Blog Post by Eric Garcia, PhD, Senior Staff Therapist & Latinx Student Specialist
from the UO Counseling Center website at: https://counseling.uoregon.edu/undocumented-and-dacamented-mental-health

see also: https://cllas.uoregon.edu/resources/daca-info/latinx-undocumented-student-specialists/

Photo by Molly Adams (CC BY 2.0)

It goes without saying that being a dreamer or undocumented can feel like a nightmare.

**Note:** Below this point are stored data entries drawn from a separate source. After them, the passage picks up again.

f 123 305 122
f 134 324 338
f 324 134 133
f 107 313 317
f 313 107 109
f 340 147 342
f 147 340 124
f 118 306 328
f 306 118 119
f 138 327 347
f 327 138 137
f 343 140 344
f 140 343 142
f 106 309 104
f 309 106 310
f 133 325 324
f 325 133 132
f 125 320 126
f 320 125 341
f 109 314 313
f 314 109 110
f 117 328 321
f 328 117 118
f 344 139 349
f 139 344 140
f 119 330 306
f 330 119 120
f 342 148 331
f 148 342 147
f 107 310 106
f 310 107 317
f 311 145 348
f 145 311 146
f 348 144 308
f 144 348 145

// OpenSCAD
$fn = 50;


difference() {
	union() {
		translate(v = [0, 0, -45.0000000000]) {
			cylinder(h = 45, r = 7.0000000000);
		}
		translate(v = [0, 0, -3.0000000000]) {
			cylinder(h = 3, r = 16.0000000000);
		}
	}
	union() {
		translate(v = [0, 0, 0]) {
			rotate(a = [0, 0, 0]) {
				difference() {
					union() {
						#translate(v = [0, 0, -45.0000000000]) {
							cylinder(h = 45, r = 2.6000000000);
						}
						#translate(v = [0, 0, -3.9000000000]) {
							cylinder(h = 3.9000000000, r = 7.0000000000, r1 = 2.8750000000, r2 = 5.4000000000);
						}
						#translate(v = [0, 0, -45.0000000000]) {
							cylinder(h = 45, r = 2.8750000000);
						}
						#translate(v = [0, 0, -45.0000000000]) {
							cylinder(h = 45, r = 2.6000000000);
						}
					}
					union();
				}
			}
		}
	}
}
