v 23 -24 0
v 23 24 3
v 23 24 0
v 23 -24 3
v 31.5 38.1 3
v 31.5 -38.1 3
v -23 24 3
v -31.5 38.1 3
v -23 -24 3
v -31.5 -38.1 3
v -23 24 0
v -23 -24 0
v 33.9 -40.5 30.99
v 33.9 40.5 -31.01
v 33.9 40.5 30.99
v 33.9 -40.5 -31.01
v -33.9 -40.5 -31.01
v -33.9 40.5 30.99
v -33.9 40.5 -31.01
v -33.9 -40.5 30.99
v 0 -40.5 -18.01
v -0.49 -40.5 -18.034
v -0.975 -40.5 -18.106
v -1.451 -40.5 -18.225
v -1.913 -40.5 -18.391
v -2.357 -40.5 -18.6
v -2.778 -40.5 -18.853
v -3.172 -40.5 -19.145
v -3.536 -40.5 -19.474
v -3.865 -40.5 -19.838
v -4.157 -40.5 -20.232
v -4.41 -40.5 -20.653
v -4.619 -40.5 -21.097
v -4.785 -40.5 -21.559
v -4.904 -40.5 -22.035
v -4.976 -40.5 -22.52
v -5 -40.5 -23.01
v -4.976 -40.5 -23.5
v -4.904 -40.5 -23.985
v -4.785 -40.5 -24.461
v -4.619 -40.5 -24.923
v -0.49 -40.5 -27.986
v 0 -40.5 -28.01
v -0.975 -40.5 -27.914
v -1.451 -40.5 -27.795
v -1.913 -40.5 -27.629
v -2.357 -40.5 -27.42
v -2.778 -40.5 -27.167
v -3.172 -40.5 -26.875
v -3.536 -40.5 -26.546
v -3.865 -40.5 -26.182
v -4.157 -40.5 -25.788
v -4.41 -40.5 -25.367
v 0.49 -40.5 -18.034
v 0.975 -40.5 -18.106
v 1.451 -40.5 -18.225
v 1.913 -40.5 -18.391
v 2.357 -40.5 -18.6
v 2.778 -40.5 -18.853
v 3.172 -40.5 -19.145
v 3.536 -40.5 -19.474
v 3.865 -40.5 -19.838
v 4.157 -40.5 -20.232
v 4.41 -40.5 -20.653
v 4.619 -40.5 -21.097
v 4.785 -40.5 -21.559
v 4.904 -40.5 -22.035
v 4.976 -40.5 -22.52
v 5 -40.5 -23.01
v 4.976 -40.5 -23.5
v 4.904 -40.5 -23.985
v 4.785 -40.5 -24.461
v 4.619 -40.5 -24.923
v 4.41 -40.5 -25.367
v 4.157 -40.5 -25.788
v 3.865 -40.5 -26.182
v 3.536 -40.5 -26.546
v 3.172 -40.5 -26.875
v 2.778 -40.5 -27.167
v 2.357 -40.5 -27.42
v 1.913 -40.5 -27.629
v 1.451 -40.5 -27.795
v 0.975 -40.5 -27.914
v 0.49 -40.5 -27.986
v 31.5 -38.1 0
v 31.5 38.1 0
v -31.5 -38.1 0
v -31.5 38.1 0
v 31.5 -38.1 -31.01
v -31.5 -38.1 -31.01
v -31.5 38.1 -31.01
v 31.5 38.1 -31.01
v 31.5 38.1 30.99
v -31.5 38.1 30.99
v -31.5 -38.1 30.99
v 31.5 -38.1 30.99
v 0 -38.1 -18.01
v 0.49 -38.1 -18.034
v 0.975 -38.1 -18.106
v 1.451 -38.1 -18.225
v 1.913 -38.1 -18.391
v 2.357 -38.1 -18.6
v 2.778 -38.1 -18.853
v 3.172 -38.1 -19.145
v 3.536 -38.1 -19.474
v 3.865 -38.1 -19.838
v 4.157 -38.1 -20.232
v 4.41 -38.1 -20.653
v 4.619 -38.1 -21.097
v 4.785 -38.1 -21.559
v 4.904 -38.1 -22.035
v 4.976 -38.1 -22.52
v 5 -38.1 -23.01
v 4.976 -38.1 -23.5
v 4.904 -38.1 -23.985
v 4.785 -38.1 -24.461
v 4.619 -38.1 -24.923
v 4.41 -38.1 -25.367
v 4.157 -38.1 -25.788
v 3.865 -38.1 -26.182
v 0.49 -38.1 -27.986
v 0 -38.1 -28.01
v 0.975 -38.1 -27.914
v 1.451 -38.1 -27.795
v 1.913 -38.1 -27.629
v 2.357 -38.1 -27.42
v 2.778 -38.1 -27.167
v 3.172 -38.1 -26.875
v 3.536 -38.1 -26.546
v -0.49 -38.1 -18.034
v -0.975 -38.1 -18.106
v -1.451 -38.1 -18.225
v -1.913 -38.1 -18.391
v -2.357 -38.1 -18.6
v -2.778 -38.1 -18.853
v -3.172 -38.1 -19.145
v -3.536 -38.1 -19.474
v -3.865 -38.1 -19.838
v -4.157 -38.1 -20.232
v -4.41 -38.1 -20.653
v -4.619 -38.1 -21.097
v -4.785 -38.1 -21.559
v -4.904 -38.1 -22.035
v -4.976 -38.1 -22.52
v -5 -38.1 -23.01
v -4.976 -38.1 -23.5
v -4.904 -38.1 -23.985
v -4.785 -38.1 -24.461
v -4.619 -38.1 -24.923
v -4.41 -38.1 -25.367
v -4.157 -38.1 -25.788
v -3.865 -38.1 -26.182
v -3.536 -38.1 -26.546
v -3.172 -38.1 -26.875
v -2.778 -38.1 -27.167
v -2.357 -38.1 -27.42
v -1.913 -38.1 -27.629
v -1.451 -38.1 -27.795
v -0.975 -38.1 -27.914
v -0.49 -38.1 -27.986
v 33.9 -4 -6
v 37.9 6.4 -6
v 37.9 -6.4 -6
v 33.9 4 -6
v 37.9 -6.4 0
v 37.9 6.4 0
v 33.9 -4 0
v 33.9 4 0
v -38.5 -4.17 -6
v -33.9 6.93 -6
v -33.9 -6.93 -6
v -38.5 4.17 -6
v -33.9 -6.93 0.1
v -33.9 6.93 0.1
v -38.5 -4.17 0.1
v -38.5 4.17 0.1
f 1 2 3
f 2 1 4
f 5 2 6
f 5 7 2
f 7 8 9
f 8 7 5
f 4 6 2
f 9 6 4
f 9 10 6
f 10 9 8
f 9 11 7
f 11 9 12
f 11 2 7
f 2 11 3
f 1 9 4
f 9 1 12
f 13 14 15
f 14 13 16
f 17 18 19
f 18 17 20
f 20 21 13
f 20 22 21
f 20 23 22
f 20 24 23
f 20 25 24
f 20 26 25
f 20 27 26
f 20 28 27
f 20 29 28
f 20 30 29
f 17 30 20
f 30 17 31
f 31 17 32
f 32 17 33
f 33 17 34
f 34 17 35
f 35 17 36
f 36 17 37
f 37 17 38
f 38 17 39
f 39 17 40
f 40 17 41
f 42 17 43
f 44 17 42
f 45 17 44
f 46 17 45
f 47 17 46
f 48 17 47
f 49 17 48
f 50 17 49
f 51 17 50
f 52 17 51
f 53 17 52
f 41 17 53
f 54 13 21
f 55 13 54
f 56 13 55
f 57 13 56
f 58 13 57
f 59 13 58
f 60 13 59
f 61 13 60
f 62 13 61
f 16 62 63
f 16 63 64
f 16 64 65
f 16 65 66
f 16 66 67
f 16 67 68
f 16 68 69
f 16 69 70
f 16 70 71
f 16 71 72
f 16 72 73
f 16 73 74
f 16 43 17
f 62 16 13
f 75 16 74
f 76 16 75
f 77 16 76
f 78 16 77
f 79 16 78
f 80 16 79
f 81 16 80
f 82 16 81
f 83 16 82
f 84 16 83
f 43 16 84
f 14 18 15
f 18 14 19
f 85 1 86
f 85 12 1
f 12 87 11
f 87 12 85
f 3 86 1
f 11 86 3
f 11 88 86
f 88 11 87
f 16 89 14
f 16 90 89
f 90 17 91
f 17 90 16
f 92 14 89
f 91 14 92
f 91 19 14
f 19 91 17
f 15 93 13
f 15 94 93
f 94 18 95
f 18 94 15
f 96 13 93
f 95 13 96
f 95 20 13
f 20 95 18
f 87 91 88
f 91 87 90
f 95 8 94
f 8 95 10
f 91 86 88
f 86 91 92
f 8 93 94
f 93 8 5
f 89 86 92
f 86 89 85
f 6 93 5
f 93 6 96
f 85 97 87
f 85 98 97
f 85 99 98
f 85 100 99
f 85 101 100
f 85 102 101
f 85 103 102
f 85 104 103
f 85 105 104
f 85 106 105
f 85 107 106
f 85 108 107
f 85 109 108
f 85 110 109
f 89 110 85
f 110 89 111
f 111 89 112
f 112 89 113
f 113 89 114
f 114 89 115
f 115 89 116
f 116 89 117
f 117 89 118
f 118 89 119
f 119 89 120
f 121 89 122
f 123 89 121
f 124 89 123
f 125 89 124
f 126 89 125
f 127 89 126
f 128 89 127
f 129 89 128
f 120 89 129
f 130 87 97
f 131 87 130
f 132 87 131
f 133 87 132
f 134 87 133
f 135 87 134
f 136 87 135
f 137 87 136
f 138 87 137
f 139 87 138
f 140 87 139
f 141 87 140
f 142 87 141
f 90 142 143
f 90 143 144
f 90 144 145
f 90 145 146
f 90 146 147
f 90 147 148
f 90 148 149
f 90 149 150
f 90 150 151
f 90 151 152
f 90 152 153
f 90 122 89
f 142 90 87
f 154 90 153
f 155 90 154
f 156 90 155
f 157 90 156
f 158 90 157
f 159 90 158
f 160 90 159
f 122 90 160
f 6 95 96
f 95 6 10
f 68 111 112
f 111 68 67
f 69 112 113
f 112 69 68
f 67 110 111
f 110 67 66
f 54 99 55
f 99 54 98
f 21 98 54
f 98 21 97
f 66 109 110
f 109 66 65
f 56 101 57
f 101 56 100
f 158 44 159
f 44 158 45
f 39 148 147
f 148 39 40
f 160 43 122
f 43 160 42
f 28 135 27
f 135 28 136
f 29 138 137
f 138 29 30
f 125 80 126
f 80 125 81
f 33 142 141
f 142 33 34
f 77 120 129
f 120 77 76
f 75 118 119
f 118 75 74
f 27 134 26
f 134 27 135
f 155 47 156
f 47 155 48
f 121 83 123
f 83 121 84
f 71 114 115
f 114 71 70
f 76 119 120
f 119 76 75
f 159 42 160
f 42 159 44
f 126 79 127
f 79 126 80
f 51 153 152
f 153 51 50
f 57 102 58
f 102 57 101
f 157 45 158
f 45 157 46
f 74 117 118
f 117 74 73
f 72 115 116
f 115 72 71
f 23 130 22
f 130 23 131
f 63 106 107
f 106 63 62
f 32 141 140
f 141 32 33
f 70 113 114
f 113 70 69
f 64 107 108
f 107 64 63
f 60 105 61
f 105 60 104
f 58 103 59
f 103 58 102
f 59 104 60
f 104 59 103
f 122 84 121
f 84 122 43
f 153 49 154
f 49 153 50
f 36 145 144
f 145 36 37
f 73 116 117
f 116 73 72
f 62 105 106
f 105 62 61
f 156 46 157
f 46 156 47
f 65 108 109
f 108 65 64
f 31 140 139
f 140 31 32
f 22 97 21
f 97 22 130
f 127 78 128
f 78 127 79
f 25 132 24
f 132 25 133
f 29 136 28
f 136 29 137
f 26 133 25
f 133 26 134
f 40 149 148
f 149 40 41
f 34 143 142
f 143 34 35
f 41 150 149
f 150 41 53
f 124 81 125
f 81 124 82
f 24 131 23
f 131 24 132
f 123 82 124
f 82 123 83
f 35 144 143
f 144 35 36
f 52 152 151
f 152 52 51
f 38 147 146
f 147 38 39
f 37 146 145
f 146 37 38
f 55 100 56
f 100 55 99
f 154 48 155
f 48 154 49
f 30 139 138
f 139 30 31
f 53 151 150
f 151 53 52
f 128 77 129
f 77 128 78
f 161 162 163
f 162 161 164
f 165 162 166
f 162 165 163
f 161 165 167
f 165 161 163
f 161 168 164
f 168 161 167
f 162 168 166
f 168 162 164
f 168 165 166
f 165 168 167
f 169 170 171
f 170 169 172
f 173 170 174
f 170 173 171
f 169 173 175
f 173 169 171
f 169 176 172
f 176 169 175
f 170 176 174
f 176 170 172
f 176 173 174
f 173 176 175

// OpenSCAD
// file: params.scad
// ============================================================
// params.scad — every tunable dimension for the split-flap build.
// Units: millimetres. Import this from module.scad / enclosure.scad.
//
// The three numbers you actually tune for YOUR printer are the
// *_CLEARANCE values near the bottom. Everything else is geometry.
// ============================================================

// ---- character / flap geometry ----
FLAP_COUNT      = 48;      // flaps on the drum (matches charset.json)
FLAP_W          = 42;      // printed flap width  (visible glyph area a touch narrower)
FLAP_H          = 46;      // printed flap height (top+bottom halves together)
FLAP_T          = 0.6;     // flap material thickness (0.5mm PET / sticker card)
FLAP_PIN_D      = 1.8;     // diameter of the two side pins that ride the drum slots
FLAP_PIN_L      = 2.2;     // how far each pin sticks out per side

// ---- drum (the two slotted spools the flaps clip into) ----
// Radius is derived so FLAP_COUNT flaps sit evenly around the circle.
DRUM_SLOT_PITCH = 360 / FLAP_COUNT;          // angular pitch between flaps (deg)
DRUM_R          = (FLAP_H/2) / sin(DRUM_SLOT_PITCH/2) * 0.86; // pack radius
DRUM_WALL       = 2.0;
DRUM_SPOKES     = 6;
SHAFT_D         = 5.0;     // 5 mm steel rod through the drum
SHAFT_FLAT      = 0.5;     // D-flat depth so the drum keys to a filed shaft

// ---- module body ----
MODULE_W        = FLAP_W + 8;    // interior width (flap + side walls clearance)
MODULE_H        = 66;            // front bezel height of one unit
MODULE_D        = 62;            // depth front-to-back (drum + motor stack)
WALL            = 2.4;           // printed wall thickness of the module body

// ---- motor: 28BYJ-48 + ULN2003 ----
MOTOR_BODY_D    = 28.25;   // stepper body diameter
MOTOR_BOSS_D    = 9.2;     // centre boss around the shaft
MOTOR_SHAFT_D   = 5.0;     // 5 mm flatted output shaft (couples to drum)
MOTOR_MOUNT_W   = 35.0;    // centre-to-centre of the two M3 mount tabs
MOTOR_TAB_H     = 7.0;
MOTOR_M3_D      = 3.2;

// ---- hall sensor + home magnet ----
HALL_PCB_W      = 12.0;    // small hall-sensor breakout footprint
HALL_PCB_H      = 15.0;
MAGNET_D        = 4.0;     // 4x2 mm neodymium disc pressed into the drum hub
MAGNET_T        = 2.0;

// ---- front acrylic window (optional clean face) ----
ACRYLIC_T       = 2.0;
WINDOW_W        = FLAP_W - 2;
WINDOW_H        = FLAP_H - 4;

// ---- enclosure grid ----
ROWS            = 4;
COLS            = 16;
MODULE_PITCH_X  = MODULE_W + 2*WALL + 1.0;   // horizontal centre spacing
MODULE_PITCH_Y  = MODULE_H + 3.0;            // vertical centre spacing
BEZEL           = 6;       // black frame border around the whole array
PANEL_GAP       = 0.4;     // gap between neighbouring bezels (dual-color seam)

// ---- print tolerances (TUNE THESE for your Bambu + filament) ----
// Print hardware/openscad/fit_test.scad first and dial these in.
FIT_LOOSE       = 0.30;    // rotating / sliding fits (drum on shaft holder)
FIT_SNUG        = 0.15;    // press / clip fits (flap pins, bearing seats)
BEARING_OD      = 16.0;    // 608 bearing OD (optional, for a smoother drum)
BEARING_ID      = 8.0;
BEARING_T       = 7.0;

$fn = 64;
// main file
// ============================================================
// enclosure.scad — the black, fully-enclosed modular frame.
//
// Prints as TILES: one bezel tile per module (or per small cluster),
// so a 4x16 wall is an array of identical tiles that clip together.
// This keeps every part inside a Bambu A1/P1/X1 build volume and makes
// the design "modular" — add columns by printing more tiles.
//
// Render one tile:            enclosure_tile();
// Preview a 4x16 wall:        wall_preview();
// Dual color: the FACE is one filament (black), the ACCENT inlay a
// second (set ACCENT=true and slice with a filament change / AMS).
// ============================================================
include <params.scad>

ACCENT       = false;   // true -> render only the accent inlay body for a 2-color slice
TILE_COLS    = 1;       // modules per tile horizontally (1 = fully modular)
TILE_ROWS    = 1;       // modules per tile vertically

tile_w = TILE_COLS * MODULE_PITCH_X + 2*BEZEL;
tile_h = TILE_ROWS * MODULE_PITCH_Y + 2*BEZEL;
face_t = 3.0;           // thickness of the front bezel plate

// A single window cut-out for the flaps to show through.
module window_cut() {
    // rounded rectangle window
    r = 3;
    hull() for (sx=[-1,1], sy=[-1,1])
        translate([sx*(WINDOW_W/2 - r), sy*(WINDOW_H/2 - r), 0])
            cylinder(h = face_t*3, r = r, center=true);
}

You are tasked with moving forward without the same opportunities provided to others around you. If you have DACA, you’re only able to plan two years of your life a time (assuming there are no abrupt executive orders). If you are mixed-status, you may be greatly worried about your family and loved ones. If you are undocumented and do not consider yourself a dreamer or DACAmented, you may have well-intentioned people (such as myself) who do not always address your unique experiences.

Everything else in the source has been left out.